I need some expert advice on nitrate reactors please 

I have a 55 gallon all male peacock tank with external filter. The tank is fully cycled with 0 ammonia, 0 nitrite and I keep Nitrate below 10ppm by weekly filter cleaning, weekly vacuuming of sand, and 2 x 80% PWC every week. I do not over feed my fish all food is eaten in less than 2 minutes, fed once a day. I only have 5 peacocks in the tank and am adding 3 more soon.

I am concerned about the massive amount of water changes not being the best thing for my fish. I would prefer to change 50% PWC once per week. I have lots of white ocean rock in the tank and like the pristine look of an algae free tank. If I reduce nitrates to close to zero with my lighting only on 4-6 hrs per day will this prevent rapid algae growth?

Which nitrate reactor is best (I have purigen in my filter but has not reduced formation of nitrates greatly since I added it?). Should I put an anaerobic reactor of sulphur or biopellets on a trickle feed coming off a t-piece from my canister outflow pipe?? Will this solve my problem???

Anyone have success with an easy to maintain nitrate reactor???? Please help any reactor enthuisast :thumb:


----------



## Kanorin (Apr 8, 2008)

> I am concerned about the massive amount of water changes not being the best thing for my fish.

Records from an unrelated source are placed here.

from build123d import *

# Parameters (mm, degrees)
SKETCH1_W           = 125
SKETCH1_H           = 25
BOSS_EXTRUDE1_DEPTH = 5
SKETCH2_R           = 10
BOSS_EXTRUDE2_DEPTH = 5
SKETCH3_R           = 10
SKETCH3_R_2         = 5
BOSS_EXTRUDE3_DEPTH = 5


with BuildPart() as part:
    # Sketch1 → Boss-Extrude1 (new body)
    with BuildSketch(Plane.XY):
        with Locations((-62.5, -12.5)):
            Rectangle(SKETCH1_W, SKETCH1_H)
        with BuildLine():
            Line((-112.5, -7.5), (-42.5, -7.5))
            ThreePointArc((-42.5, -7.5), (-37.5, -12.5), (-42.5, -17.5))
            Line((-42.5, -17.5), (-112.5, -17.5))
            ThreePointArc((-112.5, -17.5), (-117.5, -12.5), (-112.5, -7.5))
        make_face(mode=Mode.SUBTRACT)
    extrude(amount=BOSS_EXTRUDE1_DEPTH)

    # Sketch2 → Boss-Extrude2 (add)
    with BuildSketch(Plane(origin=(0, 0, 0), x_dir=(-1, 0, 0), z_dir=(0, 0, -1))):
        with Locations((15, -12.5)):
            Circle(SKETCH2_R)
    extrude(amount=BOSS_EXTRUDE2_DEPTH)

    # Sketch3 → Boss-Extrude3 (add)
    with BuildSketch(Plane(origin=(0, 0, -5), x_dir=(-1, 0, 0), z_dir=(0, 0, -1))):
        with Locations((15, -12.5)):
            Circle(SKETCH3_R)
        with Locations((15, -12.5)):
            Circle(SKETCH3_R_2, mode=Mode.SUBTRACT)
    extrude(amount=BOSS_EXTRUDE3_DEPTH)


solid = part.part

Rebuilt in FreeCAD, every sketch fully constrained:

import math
import FreeCAD as App
import Part
import Sketcher
Q = App.Units.Quantity


def add_polygon(sketch, points):
    """Adds a closed chain of lines whose ends are joined by coincident constraints."""
    first, n = sketch.GeometryCount, len(points)
    for a, b in zip(points, points[1:] + points[:1]):
        sketch.addGeometry(Part.LineSegment(App.Vector(*a, 0), App.Vector(*b, 0)), False)
    for i in range(n):
        sketch.addConstraint(Sketcher.Constraint("Coincident", first + i, 2, first + (i + 1) % n, 1))

doc = App.newDocument("Part")
body = doc.addObject("PartDesign::Body", "Body")

sketch1 = doc.addObject("Sketcher::SketchObject", "Sketch")
body.addObject(sketch1)
sketch1.AttachmentSupport = (doc.XY_Plane, [""])
sketch1.MapMode = "FlatFace"
add_polygon(sketch1, [(-125, 0), (-125, -25), (0, -25), (0, 0)])
sketch1.addGeometry(Part.ArcOfCircle(Part.Circle(App.Vector(-112, -12, 0), App.Vector(0, 0, 1), 5), math.radians(90), math.radians(270)), False)
sketch1.addGeometry(Part.LineSegment(App.Vector(-112, -8, 0), App.Vector(-42, -8, 0)), False)
sketch1.addGeometry(Part.ArcOfCircle(Part.Circle(App.Vector(-42, -12, 0), App.Vector(0, 0, 1), 5), math.radians(-90), math.radians(90)), False)
sketch1.addGeometry(Part.LineSegment(App.Vector(-42, -18, 0), App.Vector(-112, -18, 0)), False)
sketch1.addConstraint([
    Sketcher.Constraint("Tangent", 4, 1, 5, 1),
    Sketcher.Constraint("Tangent", 5, 2, 6, 2),
    Sketcher.Constraint("Tangent", 6, 1, 7, 1),
    Sketcher.Constraint("Tangent", 7, 2, 4, 2),
    Sketcher.Constraint("Vertical", 0),
    Sketcher.Constraint("Horizontal", 1),
    Sketcher.Constraint("Vertical", 2),
    Sketcher.Constraint("Horizontal", 3),
    Sketcher.Constraint("Horizontal", 5),
    Sketcher.Constraint("Horizontal", 7),
    Sketcher.Constraint("Coincident", 2, 2, -1, 1),
    Sketcher.Constraint("Radius", 4, Q("5 mm")),
    Sketcher.Constraint("DistanceX", 1, 1, 1, 2, Q("125 mm")),
    Sketcher.Constraint("DistanceX", 5, 1, 5, 2, Q("70 mm")),
    Sketcher.Constraint("DistanceY", 0, 2, 0, 1, Q("25 mm")),
    Sketcher.Constraint("DistanceX", 4, 3, -1, 1, Q("112.5 mm")),
    Sketcher.Constraint("DistanceY", 4, 3, -1, 1, Q("12.5 mm")),
])
pad1 = doc.addObject("PartDesign::Pad", "Pad")
body.addObject(pad1)
pad1.Profile = sketch1
pad1.Length = 5

sketch2 = doc.addObject("Sketcher::SketchObject", "Sketch001")
body.addObject(sketch2)
sketch2.AttachmentSupport = (doc.XY_Plane, [""])
sketch2.MapMode = "FlatFace"
sketch2.addGeometry(Part.Circle(App.Vector(-15, -12, 0), App.Vector(0, 0, 1), 10), False)
sketch2.addConstraint([
    Sketcher.Constraint("Diameter", 0, Q("20 mm")),
    Sketcher.Constraint("DistanceX", 0, 3, -1, 1, Q("15 mm")),
    Sketcher.Constraint("DistanceY", 0, 3, -1, 1, Q("12.5 mm")),
])
pad2 = doc.addObject("PartDesign::Pad", "Pad001")
body.addObject(pad2)
pad2.Profile = sketch2
pad2.Length = 5
pad2.Reversed = True

sketch3 = doc.addObject("Sketcher::SketchObject", "Sketch002")
body.addObject(sketch3)
sketch3.AttachmentSupport = (doc.XY_Plane, [""])
sketch3.MapMode = "FlatFace"
sketch3.AttachmentOffset = App.Placement(App.Vector(0, 0, -5), App.Rotation())
sketch3.addGeometry([
    Part.Circle(App.Vector(-15, -12, 0), App.Vector(0, 0, 1), 10),
    Part.Circle(App.Vector(-15, -12, 0), App.Vector(0, 0, 1), 5),
], False)
sketch3.addConstraint([
    Sketcher.Constraint("Coincident", 1, 3, 0, 3),
    Sketcher.Constraint("Diameter", 0, Q("20 mm")),
    Sketcher.Constraint("Diameter", 1, Q("10 mm")),
    Sketcher.Constraint("DistanceX", 0, 3, -1, 1, Q("15 mm")),
    Sketcher.Constraint("DistanceY", 0, 3, -1, 1, Q("12.5 mm")),
])
pad3 = doc.addObject("PartDesign::Pad", "Pad002")
body.addObject(pad3)
pad3.Profile = sketch3
pad3.Length = 5
pad3.Reversed = True

doc.recompute()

I don't know about nitrate reactors, but I wouldn't be concerned about the above statement. The fish should be fine. I think the bigger issue is that you may find it to be too much labor to do 2x 80% WC per week.


----------



## OllieNZ (Apr 18, 2014)

Add some floating or emergent plants these will mop up excess nitrate and block some of the light. Algae requires so little nutrients to survive that starving it is impractical.


----------



## nodima (Oct 3, 2002)

Your expectations are going to be tough to manage, without significant effort. Water changes, and frequent removal and cleaning/bleaching of your rocks will be necessary to provide that "pristine" look you like.


----------



## johnnyblade (May 30, 2013)

Why use a nitrate reactor when you can stuff a bag full of phosphate remover and be done with it. If you want zero nitrates not sure if that's possible because once you feed your fish you start the nitrates up. Does your city have nitrates in the water?? Do you know the bio load of your fish that produced the nitrate? Lights play a factor too. You're not running a reef tank so a 10 PPM nitrate level is perfect, You shouldn't get an algae bloom with your levels.


----------